Give back exactly the lines of the data below, starting with the line that has "f 378 358 357" and going on through the line that has "f 348 148 146".

> [Stored data]:
^^^^^^^^^^^^^^^^

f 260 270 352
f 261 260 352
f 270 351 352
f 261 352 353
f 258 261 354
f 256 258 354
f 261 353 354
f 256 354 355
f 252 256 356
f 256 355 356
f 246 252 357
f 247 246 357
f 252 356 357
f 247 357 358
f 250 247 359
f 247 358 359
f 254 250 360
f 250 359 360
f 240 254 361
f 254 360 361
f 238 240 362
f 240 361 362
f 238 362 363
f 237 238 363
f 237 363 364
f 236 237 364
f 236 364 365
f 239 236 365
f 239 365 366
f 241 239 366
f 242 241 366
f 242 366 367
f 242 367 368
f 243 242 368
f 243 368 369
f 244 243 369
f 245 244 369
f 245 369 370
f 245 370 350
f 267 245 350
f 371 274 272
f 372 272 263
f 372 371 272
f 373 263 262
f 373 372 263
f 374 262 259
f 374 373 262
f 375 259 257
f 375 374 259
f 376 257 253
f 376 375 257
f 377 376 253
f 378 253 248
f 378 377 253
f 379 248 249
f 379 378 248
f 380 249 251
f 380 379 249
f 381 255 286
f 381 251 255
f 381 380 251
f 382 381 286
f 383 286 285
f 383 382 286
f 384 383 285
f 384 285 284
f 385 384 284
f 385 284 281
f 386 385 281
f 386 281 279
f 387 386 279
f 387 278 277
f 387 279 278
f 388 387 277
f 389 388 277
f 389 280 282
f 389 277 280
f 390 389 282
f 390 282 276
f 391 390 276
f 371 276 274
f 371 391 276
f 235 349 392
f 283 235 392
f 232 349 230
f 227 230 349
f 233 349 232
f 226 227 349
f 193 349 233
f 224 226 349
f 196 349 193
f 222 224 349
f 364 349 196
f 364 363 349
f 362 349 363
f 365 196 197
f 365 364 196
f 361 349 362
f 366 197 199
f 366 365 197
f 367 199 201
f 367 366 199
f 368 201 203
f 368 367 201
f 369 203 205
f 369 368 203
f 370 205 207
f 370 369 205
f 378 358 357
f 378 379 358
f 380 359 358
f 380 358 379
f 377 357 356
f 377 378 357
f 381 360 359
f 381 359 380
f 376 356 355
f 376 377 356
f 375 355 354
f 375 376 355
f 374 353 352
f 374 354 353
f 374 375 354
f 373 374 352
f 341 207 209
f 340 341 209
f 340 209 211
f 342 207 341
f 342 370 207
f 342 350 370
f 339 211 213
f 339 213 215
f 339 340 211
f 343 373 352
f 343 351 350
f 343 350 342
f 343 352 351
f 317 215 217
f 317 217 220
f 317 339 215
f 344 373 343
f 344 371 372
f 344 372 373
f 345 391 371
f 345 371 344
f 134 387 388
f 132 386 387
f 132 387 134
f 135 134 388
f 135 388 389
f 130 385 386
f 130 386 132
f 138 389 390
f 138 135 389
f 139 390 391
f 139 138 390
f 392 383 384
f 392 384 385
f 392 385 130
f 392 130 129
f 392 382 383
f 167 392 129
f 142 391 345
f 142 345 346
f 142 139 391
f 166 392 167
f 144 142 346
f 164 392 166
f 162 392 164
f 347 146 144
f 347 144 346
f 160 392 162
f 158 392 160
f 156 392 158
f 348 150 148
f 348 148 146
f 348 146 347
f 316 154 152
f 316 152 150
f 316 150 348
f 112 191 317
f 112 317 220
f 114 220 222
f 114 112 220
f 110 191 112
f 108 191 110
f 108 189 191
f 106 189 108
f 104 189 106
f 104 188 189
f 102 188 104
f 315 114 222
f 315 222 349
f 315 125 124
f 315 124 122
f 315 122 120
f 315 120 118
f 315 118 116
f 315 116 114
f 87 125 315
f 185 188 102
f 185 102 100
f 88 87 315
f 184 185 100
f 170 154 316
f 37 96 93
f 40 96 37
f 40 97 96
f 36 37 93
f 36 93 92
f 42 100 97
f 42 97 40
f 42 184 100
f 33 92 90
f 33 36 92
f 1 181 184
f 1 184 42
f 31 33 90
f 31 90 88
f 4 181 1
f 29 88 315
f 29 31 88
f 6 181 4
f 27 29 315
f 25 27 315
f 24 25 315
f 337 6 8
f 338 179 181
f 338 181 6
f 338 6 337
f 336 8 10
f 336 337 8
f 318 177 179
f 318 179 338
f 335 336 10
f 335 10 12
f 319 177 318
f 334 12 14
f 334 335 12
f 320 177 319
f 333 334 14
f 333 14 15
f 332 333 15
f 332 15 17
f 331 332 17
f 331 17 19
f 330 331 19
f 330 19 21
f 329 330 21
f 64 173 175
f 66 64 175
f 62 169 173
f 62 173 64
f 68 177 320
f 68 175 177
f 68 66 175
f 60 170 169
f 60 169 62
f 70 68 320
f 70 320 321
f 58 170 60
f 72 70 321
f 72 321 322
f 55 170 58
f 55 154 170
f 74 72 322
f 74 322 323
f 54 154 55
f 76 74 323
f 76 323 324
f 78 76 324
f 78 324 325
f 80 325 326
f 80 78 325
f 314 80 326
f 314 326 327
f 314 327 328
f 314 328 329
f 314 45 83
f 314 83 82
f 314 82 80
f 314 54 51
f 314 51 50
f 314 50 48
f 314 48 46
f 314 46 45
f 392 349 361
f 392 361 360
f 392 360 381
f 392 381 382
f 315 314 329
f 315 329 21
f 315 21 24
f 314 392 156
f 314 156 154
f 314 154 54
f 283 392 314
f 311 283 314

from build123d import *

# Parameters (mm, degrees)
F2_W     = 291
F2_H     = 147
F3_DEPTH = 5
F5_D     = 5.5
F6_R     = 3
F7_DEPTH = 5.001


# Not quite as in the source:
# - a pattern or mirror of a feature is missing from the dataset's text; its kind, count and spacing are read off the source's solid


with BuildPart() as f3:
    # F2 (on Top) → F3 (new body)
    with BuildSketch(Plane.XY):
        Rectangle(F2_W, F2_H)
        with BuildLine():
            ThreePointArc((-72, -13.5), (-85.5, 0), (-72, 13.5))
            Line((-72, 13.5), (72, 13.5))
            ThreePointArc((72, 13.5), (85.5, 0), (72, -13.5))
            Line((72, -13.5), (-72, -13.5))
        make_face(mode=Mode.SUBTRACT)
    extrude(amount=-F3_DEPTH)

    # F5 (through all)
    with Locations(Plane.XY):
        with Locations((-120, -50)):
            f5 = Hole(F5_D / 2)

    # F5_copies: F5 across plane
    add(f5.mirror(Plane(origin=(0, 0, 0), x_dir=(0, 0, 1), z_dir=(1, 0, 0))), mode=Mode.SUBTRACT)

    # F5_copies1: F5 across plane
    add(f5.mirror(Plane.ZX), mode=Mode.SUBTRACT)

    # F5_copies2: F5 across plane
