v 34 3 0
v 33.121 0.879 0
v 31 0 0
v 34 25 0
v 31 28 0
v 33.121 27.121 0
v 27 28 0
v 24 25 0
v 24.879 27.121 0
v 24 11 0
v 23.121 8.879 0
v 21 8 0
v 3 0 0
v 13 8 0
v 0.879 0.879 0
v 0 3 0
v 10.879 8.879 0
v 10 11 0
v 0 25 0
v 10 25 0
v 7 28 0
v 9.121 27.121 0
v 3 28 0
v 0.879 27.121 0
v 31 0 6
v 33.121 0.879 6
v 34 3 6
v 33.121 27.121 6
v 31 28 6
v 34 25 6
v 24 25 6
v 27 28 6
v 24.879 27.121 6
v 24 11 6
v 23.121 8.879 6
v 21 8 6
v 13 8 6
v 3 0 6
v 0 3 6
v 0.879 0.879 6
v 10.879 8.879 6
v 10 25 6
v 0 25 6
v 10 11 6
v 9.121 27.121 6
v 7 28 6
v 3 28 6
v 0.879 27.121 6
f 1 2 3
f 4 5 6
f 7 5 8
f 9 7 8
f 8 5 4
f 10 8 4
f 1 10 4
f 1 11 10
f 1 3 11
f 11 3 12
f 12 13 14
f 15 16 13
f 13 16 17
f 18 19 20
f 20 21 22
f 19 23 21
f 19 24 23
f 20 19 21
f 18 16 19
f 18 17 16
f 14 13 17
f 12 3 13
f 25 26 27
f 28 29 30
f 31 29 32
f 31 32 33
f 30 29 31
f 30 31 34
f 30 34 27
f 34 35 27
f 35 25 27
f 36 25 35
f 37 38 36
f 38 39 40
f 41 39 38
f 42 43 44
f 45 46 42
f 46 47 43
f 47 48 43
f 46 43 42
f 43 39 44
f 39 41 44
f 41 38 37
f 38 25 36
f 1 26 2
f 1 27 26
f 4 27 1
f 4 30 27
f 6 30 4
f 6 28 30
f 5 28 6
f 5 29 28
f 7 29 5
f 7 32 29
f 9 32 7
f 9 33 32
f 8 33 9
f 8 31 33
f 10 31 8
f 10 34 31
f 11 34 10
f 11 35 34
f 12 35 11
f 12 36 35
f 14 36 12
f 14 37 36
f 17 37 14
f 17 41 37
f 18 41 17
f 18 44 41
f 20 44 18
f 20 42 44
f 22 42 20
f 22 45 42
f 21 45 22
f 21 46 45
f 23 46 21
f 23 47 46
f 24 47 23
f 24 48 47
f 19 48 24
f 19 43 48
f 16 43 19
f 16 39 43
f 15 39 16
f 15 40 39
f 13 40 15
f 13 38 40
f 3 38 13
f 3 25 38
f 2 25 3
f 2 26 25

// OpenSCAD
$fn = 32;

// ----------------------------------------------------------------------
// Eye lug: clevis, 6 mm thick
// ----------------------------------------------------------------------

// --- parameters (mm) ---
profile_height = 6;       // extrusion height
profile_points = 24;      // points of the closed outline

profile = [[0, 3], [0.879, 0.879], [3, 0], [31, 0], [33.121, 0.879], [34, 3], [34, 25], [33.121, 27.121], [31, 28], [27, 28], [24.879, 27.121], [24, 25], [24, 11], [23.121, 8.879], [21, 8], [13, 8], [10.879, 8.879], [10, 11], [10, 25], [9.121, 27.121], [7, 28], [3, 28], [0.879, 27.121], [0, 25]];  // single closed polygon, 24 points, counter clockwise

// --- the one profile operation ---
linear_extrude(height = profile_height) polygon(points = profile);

^^^^^^^^^^^^^^^^

> [Solution to this task]:
f 378 358 357
f 378 379 358
f 380 359 358
f 380 358 379
f 377 357 356
f 377 378 357
f 381 360 359
f 381 359 380
f 376 356 355
f 376 377 356
f 375 355 354
f 375 376 355
f 374 353 352
f 374 354 353
f 374 375 354
f 373 374 352
f 341 207 209
f 340 341 209
f 340 209 211
f 342 207 341
f 342 370 207
f 342 350 370
f 339 211 213
f 339 213 215
f 339 340 211
f 343 373 352
f 343 351 350
f 343 350 342
f 343 352 351
f 317 215 217
f 317 217 220
f 317 339 215
f 344 373 343
f 344 371 372
f 344 372 373
f 345 391 371
f 345 371 344
f 134 387 388
f 132 386 387
f 132 387 134
f 135 134 388
f 135 388 389
f 130 385 386
f 130 386 132
f 138 389 390
f 138 135 389
f 139 390 391
f 139 138 390
f 392 383 384
f 392 384 385
f 392 385 130
f 392 130 129
f 392 382 383
f 167 392 129
f 142 391 345
f 142 345 346
f 142 139 391
f 166 392 167
f 144 142 346
f 164 392 166
f 162 392 164
f 347 146 144
f 347 144 346
f 160 392 162
f 158 392 160
f 156 392 158
f 348 150 148
f 348 148 146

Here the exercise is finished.